Wednesday, August 05, 2009

Meanwhile, back in the oil patch...

We haven't checked in with the Peak Oil debate for a while, and this could be a good time to do so.

Fatih Birol, chief economist of the OECD's International Energy Agency (IEA), has pulled in his prediction for when world oil production will peak to only 11 years from now.
In an interview with The Independent, Dr Birol said that the public and many governments appeared to be oblivious to the fact that the oil on which modern civilisation depends is running out far faster than previously predicted and that global production is likely to peak in about 10 years – at least a decade earlier than most governments had estimated.
The reason for the change? The IEA has found that production from existing oil fields is dropping a lost faster than they predicted.
The IEA estimates that the decline in oil production in existing fields is now running at 6.7 per cent a year compared to the 3.7 per cent decline it had estimated in 2007, which it now acknowledges to be wrong.
The faster existing field production declines the faster new fields must be discovered and developed just to break even. The problem: world oil discovery peaked in 1965. In spite of all the technological advances since 1965 the discovery rate is less than a fifth the peak rate and less than a third of the yearly oil consumption rate. [More]

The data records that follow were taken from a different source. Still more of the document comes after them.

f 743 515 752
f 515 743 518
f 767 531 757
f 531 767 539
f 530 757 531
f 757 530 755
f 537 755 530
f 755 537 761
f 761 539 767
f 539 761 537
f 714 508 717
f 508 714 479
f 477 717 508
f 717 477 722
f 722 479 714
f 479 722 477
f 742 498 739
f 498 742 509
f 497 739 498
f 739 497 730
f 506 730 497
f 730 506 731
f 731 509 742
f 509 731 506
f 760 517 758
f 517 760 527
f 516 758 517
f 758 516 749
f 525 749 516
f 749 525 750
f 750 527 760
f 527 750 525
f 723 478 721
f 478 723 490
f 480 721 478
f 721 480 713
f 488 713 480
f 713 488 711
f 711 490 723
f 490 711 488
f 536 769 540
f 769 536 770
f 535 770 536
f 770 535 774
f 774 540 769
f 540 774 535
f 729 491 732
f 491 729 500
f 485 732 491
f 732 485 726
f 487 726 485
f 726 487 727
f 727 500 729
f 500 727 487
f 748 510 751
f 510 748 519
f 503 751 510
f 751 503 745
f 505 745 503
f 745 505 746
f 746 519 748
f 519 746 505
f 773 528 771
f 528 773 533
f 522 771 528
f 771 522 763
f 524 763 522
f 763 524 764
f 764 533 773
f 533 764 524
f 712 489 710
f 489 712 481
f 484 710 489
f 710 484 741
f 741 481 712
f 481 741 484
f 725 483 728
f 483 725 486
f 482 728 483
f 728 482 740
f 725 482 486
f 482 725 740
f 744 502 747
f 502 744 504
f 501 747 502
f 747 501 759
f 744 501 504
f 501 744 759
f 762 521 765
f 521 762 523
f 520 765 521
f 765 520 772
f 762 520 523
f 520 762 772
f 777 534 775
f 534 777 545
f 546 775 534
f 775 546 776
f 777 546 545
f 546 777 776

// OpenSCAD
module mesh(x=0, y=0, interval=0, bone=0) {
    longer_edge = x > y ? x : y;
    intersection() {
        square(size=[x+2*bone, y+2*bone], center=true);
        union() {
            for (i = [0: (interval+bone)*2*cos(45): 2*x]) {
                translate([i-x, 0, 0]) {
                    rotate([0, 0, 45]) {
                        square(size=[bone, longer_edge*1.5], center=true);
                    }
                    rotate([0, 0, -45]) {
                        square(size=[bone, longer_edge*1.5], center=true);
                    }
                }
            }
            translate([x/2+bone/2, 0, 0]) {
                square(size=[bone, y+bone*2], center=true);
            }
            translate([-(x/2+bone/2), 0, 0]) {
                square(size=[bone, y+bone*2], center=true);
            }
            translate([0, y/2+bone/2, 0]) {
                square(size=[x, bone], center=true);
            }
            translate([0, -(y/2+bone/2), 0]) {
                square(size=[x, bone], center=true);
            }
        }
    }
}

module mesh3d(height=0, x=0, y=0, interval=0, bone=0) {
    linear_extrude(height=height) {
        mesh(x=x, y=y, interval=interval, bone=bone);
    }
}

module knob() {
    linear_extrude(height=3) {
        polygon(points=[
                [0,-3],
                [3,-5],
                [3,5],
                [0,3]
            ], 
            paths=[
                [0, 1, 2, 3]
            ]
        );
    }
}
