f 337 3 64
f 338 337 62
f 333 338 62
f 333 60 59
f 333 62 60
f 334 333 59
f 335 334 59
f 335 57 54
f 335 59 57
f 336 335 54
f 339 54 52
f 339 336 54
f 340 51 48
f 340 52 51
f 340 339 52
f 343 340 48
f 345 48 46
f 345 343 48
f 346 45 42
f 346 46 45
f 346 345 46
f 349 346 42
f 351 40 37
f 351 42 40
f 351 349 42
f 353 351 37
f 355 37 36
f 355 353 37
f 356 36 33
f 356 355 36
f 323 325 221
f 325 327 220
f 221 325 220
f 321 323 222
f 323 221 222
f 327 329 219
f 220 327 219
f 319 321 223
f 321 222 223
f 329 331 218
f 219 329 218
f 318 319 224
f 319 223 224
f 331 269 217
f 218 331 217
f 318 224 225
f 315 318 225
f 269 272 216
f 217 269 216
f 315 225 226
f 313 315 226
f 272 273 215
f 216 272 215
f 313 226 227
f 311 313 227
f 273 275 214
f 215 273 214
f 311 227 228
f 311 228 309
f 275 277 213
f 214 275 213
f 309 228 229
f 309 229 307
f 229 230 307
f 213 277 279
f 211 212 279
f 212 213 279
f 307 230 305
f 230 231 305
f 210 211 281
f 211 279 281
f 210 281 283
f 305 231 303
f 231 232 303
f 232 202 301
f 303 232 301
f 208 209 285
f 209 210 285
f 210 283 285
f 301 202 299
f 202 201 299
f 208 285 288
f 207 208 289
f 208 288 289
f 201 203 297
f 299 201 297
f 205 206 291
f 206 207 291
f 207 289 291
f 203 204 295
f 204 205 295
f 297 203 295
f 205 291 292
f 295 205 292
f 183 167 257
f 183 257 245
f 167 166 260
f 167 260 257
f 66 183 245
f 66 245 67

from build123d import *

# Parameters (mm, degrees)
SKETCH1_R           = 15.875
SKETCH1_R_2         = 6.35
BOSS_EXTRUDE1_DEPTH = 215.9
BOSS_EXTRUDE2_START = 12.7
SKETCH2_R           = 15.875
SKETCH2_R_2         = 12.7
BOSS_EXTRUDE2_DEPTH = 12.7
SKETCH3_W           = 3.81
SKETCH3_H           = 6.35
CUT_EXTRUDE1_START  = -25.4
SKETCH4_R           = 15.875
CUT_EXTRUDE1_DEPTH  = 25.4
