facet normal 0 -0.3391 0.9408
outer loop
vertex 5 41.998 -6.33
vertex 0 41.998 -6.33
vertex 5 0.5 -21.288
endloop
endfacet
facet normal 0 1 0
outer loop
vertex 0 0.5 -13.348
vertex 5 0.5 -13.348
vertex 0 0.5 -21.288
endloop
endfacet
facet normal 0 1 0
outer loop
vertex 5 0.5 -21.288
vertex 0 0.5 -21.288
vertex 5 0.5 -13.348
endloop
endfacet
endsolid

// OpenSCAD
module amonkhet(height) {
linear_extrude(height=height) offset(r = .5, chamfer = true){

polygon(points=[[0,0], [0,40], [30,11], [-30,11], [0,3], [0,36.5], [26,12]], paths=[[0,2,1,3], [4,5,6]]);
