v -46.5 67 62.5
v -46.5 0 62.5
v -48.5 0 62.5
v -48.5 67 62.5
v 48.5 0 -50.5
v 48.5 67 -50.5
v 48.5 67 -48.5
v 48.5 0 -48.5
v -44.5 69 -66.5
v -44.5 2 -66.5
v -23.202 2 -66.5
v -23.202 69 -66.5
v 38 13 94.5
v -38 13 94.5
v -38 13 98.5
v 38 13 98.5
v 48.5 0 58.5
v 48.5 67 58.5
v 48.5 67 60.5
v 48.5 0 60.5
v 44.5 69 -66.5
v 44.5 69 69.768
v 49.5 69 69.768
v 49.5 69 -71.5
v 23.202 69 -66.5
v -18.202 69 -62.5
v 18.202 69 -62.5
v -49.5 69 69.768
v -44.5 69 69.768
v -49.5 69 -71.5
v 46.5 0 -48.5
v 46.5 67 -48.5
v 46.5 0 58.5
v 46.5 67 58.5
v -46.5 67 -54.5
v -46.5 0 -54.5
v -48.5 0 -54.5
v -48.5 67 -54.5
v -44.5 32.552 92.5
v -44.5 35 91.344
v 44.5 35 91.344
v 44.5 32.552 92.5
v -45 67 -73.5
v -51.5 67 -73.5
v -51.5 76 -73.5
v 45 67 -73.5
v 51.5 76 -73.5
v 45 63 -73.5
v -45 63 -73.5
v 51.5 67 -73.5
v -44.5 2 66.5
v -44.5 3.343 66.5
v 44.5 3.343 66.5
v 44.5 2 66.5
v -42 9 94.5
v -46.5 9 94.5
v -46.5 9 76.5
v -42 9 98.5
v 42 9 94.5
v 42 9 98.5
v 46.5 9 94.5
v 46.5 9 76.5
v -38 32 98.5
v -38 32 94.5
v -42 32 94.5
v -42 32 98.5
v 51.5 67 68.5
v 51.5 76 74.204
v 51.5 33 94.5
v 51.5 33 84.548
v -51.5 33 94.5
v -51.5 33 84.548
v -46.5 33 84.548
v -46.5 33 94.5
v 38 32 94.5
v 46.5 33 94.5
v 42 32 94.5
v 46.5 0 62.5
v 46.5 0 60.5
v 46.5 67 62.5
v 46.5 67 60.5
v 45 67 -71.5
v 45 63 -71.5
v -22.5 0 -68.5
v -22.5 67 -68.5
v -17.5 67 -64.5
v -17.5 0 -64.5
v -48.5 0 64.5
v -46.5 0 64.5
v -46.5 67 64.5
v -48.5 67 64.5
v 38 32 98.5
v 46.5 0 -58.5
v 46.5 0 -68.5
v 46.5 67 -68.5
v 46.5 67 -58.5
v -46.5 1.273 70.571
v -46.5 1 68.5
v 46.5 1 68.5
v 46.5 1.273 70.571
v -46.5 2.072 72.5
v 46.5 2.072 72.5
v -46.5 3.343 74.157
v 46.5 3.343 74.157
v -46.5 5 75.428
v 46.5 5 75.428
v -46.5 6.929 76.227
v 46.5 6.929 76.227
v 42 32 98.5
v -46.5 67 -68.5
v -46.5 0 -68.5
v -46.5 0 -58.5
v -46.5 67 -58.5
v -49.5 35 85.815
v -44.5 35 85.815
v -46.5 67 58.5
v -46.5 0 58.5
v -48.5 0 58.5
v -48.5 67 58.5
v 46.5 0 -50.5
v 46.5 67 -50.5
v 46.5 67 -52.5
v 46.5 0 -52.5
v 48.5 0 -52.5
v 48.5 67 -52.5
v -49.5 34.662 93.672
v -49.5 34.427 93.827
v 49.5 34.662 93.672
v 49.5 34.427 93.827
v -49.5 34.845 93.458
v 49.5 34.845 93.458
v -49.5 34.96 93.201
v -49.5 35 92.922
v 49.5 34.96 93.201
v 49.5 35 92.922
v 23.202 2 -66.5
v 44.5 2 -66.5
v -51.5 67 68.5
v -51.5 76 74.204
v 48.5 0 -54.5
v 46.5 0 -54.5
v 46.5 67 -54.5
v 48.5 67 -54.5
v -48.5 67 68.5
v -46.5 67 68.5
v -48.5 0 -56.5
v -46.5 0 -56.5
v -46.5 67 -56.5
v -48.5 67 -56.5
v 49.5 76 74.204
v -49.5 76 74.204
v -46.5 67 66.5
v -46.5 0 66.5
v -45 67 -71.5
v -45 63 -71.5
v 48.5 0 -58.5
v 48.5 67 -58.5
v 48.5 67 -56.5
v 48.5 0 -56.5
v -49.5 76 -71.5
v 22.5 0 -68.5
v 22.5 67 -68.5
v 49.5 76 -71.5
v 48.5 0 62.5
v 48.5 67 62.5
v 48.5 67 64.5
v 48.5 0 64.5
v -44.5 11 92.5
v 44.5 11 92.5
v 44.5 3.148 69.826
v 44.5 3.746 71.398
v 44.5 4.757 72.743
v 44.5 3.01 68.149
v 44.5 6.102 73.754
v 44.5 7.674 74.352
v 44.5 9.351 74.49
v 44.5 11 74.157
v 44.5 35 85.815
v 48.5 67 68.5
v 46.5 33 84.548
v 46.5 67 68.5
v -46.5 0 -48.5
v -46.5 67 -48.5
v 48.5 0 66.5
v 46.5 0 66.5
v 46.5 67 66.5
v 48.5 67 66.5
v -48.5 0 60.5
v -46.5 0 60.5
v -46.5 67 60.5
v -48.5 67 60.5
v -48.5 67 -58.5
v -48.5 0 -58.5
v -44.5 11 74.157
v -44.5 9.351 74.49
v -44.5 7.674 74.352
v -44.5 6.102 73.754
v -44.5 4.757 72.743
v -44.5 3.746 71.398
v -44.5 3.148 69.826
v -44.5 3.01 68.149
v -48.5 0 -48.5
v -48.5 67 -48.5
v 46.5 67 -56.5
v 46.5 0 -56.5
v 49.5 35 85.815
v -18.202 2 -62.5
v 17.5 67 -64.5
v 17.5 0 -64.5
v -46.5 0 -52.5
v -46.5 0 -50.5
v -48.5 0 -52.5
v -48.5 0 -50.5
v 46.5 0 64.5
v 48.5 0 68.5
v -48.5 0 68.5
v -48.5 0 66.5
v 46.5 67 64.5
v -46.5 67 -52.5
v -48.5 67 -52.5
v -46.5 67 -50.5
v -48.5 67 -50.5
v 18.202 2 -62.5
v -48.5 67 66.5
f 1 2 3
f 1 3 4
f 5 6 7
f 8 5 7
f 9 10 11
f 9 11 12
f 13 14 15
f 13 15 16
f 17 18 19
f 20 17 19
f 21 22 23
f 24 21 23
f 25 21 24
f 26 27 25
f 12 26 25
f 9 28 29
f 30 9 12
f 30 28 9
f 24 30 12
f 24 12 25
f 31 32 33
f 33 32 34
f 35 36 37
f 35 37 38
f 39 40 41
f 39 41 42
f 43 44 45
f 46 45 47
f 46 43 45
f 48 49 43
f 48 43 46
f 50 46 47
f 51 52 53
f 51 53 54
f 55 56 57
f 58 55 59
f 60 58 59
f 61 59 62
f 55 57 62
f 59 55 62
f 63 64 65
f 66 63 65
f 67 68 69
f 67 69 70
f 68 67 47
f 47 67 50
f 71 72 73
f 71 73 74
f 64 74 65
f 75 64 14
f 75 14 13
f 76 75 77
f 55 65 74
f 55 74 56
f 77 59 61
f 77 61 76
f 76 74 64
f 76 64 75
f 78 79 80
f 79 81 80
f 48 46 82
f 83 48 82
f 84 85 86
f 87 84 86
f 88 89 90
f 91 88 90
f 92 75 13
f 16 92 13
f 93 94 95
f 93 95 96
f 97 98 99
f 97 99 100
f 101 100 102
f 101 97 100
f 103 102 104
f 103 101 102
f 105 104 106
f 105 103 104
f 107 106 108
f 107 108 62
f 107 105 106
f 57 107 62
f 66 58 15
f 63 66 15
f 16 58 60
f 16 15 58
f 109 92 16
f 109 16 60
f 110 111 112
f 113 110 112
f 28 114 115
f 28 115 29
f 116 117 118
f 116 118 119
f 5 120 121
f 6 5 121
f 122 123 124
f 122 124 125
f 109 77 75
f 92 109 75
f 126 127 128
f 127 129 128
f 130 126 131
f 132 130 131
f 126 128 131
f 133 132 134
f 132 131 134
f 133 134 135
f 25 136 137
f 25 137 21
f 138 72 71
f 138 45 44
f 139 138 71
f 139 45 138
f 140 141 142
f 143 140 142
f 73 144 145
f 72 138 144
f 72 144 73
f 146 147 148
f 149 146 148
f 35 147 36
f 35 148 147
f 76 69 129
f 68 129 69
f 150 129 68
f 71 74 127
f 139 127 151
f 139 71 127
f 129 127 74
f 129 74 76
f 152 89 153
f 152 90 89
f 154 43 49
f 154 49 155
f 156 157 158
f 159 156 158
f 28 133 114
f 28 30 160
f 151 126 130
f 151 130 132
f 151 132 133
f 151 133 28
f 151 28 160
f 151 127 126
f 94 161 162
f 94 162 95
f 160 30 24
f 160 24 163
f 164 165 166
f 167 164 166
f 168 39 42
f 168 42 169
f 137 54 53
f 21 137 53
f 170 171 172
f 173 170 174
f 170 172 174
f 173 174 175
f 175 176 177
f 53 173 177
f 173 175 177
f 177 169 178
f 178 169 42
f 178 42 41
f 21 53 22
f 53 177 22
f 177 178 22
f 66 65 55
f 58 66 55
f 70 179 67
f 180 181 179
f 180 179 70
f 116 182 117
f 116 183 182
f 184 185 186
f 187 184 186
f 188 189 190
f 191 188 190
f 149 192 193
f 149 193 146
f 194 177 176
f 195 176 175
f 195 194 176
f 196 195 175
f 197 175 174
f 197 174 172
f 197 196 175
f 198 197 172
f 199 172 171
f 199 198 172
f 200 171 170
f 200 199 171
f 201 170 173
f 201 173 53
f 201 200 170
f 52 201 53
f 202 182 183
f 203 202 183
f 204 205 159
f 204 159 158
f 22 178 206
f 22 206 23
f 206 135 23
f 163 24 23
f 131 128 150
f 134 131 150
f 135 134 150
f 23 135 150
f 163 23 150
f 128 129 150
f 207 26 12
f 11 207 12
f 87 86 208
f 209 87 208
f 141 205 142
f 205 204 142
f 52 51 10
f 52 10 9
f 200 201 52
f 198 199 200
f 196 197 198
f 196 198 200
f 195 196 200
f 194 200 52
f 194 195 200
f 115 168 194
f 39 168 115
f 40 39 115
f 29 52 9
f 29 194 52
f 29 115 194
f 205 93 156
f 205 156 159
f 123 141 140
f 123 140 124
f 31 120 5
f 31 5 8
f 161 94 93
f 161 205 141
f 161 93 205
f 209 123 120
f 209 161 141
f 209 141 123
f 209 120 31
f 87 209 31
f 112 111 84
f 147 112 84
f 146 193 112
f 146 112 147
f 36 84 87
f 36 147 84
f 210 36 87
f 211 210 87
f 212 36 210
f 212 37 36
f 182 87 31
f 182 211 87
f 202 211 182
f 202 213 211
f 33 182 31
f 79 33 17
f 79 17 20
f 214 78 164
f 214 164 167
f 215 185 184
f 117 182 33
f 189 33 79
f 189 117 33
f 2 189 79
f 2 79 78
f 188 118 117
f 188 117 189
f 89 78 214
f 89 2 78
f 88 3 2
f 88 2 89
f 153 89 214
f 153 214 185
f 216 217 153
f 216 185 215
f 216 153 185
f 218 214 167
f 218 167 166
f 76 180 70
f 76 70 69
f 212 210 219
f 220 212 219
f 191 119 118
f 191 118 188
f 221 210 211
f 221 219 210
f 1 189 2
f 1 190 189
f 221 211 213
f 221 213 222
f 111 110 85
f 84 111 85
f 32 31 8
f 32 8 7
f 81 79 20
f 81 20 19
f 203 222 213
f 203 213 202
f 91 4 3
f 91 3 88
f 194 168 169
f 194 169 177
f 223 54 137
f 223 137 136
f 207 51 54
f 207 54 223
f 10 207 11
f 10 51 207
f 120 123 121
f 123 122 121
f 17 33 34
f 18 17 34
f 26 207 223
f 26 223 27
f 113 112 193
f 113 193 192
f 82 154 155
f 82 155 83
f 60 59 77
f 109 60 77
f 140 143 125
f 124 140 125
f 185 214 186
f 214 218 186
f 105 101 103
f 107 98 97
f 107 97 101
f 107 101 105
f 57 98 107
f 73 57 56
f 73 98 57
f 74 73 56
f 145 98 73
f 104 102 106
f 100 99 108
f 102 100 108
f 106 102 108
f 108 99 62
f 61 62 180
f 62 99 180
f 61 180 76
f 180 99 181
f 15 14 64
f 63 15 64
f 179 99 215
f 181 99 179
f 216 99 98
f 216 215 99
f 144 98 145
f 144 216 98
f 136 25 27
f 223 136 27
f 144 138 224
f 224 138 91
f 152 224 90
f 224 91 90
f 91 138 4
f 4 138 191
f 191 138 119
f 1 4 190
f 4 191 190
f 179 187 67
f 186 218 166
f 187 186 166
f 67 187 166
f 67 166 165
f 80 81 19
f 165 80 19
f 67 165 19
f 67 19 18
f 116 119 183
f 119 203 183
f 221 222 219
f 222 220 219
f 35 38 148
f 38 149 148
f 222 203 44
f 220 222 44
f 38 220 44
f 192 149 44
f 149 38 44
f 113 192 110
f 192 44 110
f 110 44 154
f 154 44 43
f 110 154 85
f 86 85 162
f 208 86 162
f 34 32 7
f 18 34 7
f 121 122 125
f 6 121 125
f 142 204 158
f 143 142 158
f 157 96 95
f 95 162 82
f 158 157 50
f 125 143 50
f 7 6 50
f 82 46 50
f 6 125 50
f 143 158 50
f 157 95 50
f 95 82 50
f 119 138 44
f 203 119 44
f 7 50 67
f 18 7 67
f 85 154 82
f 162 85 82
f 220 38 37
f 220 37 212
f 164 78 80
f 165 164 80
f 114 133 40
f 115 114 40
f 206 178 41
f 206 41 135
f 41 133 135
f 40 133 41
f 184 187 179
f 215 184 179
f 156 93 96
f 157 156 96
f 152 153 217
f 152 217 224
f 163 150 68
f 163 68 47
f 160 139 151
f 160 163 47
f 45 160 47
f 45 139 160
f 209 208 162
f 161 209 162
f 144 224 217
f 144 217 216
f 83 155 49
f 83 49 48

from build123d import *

# Parameters (mm, degrees)
BOSS_EXTRUDE1_DEPTH = 67
SKETCH2_W           = 103
SKETCH2_H           = 142
BOSS_EXTRUDE2_DEPTH = 9
SKETCH3_W           = 90
SKETCH3_H           = 2
BOSS_EXTRUDE3_DEPTH = 4
SKETCH4_W           = 93
SKETCH4_H           = 24
BOSS_EXTRUDE4_DEPTH = 26
BOSS_EXTRUDE5_DEPTH = 93
BOSS_EXTRUDE6_REACH = 161.108
BOSS_EXTRUDE7_DEPTH = 93
SHELL5_START        = -44.5
SHELL5_DEPTH        = 89
SHELL5_START_2      = -49.5
SHELL5_2_DEPTH      = 99
SHELL5_3_OUTLINE_W  = 67
SHELL5_3_OUTLINE_H  = 4
SHELL5_3_DEPTH      = 21.298437881
SHELL5_START_3      = 23.201562119
SHELL5_4_OUTLINE_W  = 67
SHELL5_4_OUTLINE_H  = 4
SHELL5_4_DEPTH      = 21.298437881
SHELL5_START_4      = 2
SHELL5_5_DEPTH      = 67
CUT_EXTRUDE1_REACH  = 193.448
SKETCH11_W          = 99
SKETCH11_H          = 41
FILLET2_R           = 1
SKETCH12_W          = 2
SKETCH12_H          = 67
BOSS_EXTRUDE8_DEPTH = 2
SKETCH13_W          = 76
SKETCH13_H          = 4
BOSS_EXTRUDE9_DEPTH = 4


with BuildPart() as part:
    # Sketch1 → Boss-Extrude1 (new body)
    with BuildSketch(Plane(origin=(0, 0, 0), x_dir=(1, 0, 0), z_dir=(0, 1, 0))):
        Polygon((-17.5, 64.5), (17.5, 64.5), (22.5, 68.5), (46.5, 68.5), (46.5, -68.5), (-46.5, -68.5), (-46.5, 68.5), (-22.5, 68.5), align=None)
    extrude(amount=BOSS_EXTRUDE1_DEPTH)

    # Sketch2 → Boss-Extrude2 (add)
    with BuildSketch(Plane(origin=(0, 67, 0), x_dir=(1, 0, 0), z_dir=(0, 1, 0))):
        with Locations((0, 2.5)):
            Rectangle(SKETCH2_W, SKETCH2_H)
    extrude(amount=BOSS_EXTRUDE2_DEPTH)

    # Sketch3 → Boss-Extrude3 (add)
    with BuildSketch(Plane.XZ.offset(-67)):
        with Locations((0, -72.5)):
            Rectangle(SKETCH3_W, SKETCH3_H)
    extrude(amount=BOSS_EXTRUDE3_DEPTH)

    # Sketch4 → Boss-Extrude4 (add)
    with BuildSketch(Plane.XY.offset(68.5)):
        with Locations((0, 21)):
            Rectangle(SKETCH4_W, SKETCH4_H)
    extrude(amount=BOSS_EXTRUDE4_DEPTH)

    # Sketch5 → Boss-Extrude5 (add)
    with BuildSketch(Plane.ZY.offset(46.5)):
        Polygon((68.5, 67), (94.5, 33), (68.5, 33), align=None)
    extrude(amount=-BOSS_EXTRUDE5_DEPTH)

    # Boss-Extrude6: up to this face of the body (flat: up to its plane)
    boss_extrude6_end = Plane(part.part.faces().sort_by_distance((51.5, 71.5, -2.5))[0])
    # Sketch7 → Boss-Extrude6 (add, up to the picked face)
    with BuildSketch(Plane.ZY.offset(51.5), mode=Mode.PRIVATE) as boss_extrude6_sk1:
        Polygon((68.5, 67), (84.547855551, 33), (94.5, 33), (74.204182686, 76), (68.5, 76), align=None)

Of course, exactly what Peak Oil means to our economy and culture is debatable.  But it is hard to try to fit the consumption increases we know are coming in Asia with declining oil production and not envision much higher oil prices sooner than later.  Not to mention inflation and the value of our heavily leveraged dollar.

This is good news I think for all kinds of alternate energy, but especially ethanol, as the comparative economics get better as oil prices rise.  Dirt cheap natural gas has to be helping too.


But the niggling question I have with "problems in the oil fields" reasons is how many of them would magically find a solution should oil wander back into triple digits?